(Stored data)

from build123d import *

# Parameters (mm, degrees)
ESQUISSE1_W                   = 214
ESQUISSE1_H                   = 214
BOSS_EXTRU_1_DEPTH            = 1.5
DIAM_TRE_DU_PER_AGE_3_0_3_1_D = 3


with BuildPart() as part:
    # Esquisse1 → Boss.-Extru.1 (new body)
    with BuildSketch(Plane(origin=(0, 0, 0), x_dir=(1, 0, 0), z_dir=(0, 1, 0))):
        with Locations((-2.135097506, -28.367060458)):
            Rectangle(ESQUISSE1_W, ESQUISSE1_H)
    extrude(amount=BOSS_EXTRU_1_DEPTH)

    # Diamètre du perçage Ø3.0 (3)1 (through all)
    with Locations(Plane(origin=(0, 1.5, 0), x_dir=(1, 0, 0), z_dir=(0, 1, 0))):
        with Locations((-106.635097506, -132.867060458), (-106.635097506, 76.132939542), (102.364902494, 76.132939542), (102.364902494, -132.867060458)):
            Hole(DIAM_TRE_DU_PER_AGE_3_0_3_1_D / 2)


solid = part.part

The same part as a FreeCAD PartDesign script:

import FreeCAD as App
import Part
import Sketcher
Q = App.Units.Quantity

doc = App.newDocument("Part")
body = doc.addObject("PartDesign::Body", "Body")

sketch1 = body.newObject("Sketcher::SketchObject", "Sketch")
sketch1.AttachmentSupport = (doc.getObject("XZ_Plane"), [""])
sketch1.MapMode = "FlatFace"
sketch1.addGeometry(Part.LineSegment(App.Vector(-109.135098, -78.63294, 0), App.Vector(-109.135098, 135.36706, 0)), False)
sketch1.addGeometry(Part.LineSegment(App.Vector(-109.135098, 135.36706, 0), App.Vector(104.864902, 135.36706, 0)), False)
sketch1.addGeometry(Part.LineSegment(App.Vector(104.864902, 135.36706, 0), App.Vector(104.864902, -78.63294, 0)), False)
sketch1.addGeometry(Part.LineSegment(App.Vector(104.864902, -78.63294, 0), App.Vector(-109.135098, -78.63294, 0)), False)
sketch1.addConstraint(Sketcher.Constraint("Coincident", 0, 2, 1, 1))
sketch1.addConstraint(Sketcher.Constraint("Coincident", 1, 2, 2, 1))
sketch1.addConstraint(Sketcher.Constraint("Coincident", 2, 2, 3, 1))
sketch1.addConstraint(Sketcher.Constraint("Coincident", 3, 2, 0, 1))
sketch1.addConstraint(Sketcher.Constraint("Vertical", 0))
sketch1.addConstraint(Sketcher.Constraint("Horizontal", 1))
sketch1.addConstraint(Sketcher.Constraint("Vertical", 2))
sketch1.addConstraint(Sketcher.Constraint("Horizontal", 3))
sketch1.addConstraint(Sketcher.Constraint("Equal", 3, 0))
sketch1.addConstraint(Sketcher.Constraint("DistanceX", 1, 1, 1, 2, Q("214 mm")))
sketch1.addConstraint(Sketcher.Constraint("DistanceY", -1, 1, 0, 2, Q("135.36706 mm")))
sketch1.addConstraint(Sketcher.Constraint("DistanceX", 0, 2, -1, 1, Q("109.135098 mm")))
pad1 = body.newObject("PartDesign::Pad", "Pad")
pad1.Profile = sketch1
pad1.Length = 1.5
pad1.Reversed = True

sketch2 = body.newObject("Sketcher::SketchObject", "Sketch001")
sketch2.AttachmentSupport = (doc.getObject("XZ_Plane"), [""])
sketch2.MapMode = "FlatFace"
sketch2.AttachmentOffset = App.Placement(App.Vector(0, 0, -1.5), App.Rotation())
sketch2.addGeometry(Part.Circle(App.Vector(-106.635098, 132.86706, 0), App.Vector(0, 0, 1), 1.5), False)
sketch2.addGeometry(Part.Circle(App.Vector(-106.635098, -76.13294, 0), App.Vector(0, 0, 1), 1.5), False)
sketch2.addGeometry(Part.Circle(App.Vector(102.364902, -76.13294, 0), App.Vector(0, 0, 1), 1.5), False)
sketch2.addGeometry(Part.Circle(App.Vector(102.364902, 132.86706, 0), App.Vector(0, 0, 1), 1.5), False)
sketch2.addConstraint(Sketcher.Constraint("Equal", 0, 1))
sketch2.addConstraint(Sketcher.Constraint("Equal", 1, 2))
sketch2.addConstraint(Sketcher.Constraint("Equal", 2, 3))
sketch2.addConstraint(Sketcher.Constraint("Horizontal", 1, 3, 2, 3))
sketch2.addConstraint(Sketcher.Constraint("Horizontal", 0, 3, 3, 3))
sketch2.addConstraint(Sketcher.Constraint("Vertical", 0, 3, 1, 3))
sketch2.addConstraint(Sketcher.Constraint("Vertical", 2, 3, 3, 3))
sketch2.addConstraint(Sketcher.Constraint("Diameter", 0, Q("3 mm")))
sketch2.addConstraint(Sketcher.Constraint("DistanceY", 1, 3, 0, 3, Q("209 mm")))
sketch2.addConstraint(Sketcher.Constraint("DistanceX", 1, 3, 2, 3, Q("209 mm")))
sketch2.addConstraint(Sketcher.Constraint("DistanceY", -1, 1, 0, 3, Q("132.86706 mm")))
sketch2.addConstraint(Sketcher.Constraint("DistanceX", 0, 3, -1, 1, Q("106.635098 mm")))
doc.recompute()
hole = body.newObject("PartDesign::Hole", "Hole")
hole.Profile = sketch2
hole.ThreadType = "None"
hole.Diameter = 3
hole.DepthType = "ThroughAll"
hole.Reversed = True

doc.recompute()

**Task directions**
Before answering, count every line of the data that holds the word "with"; the reply is that number only.

**Result of this task**
5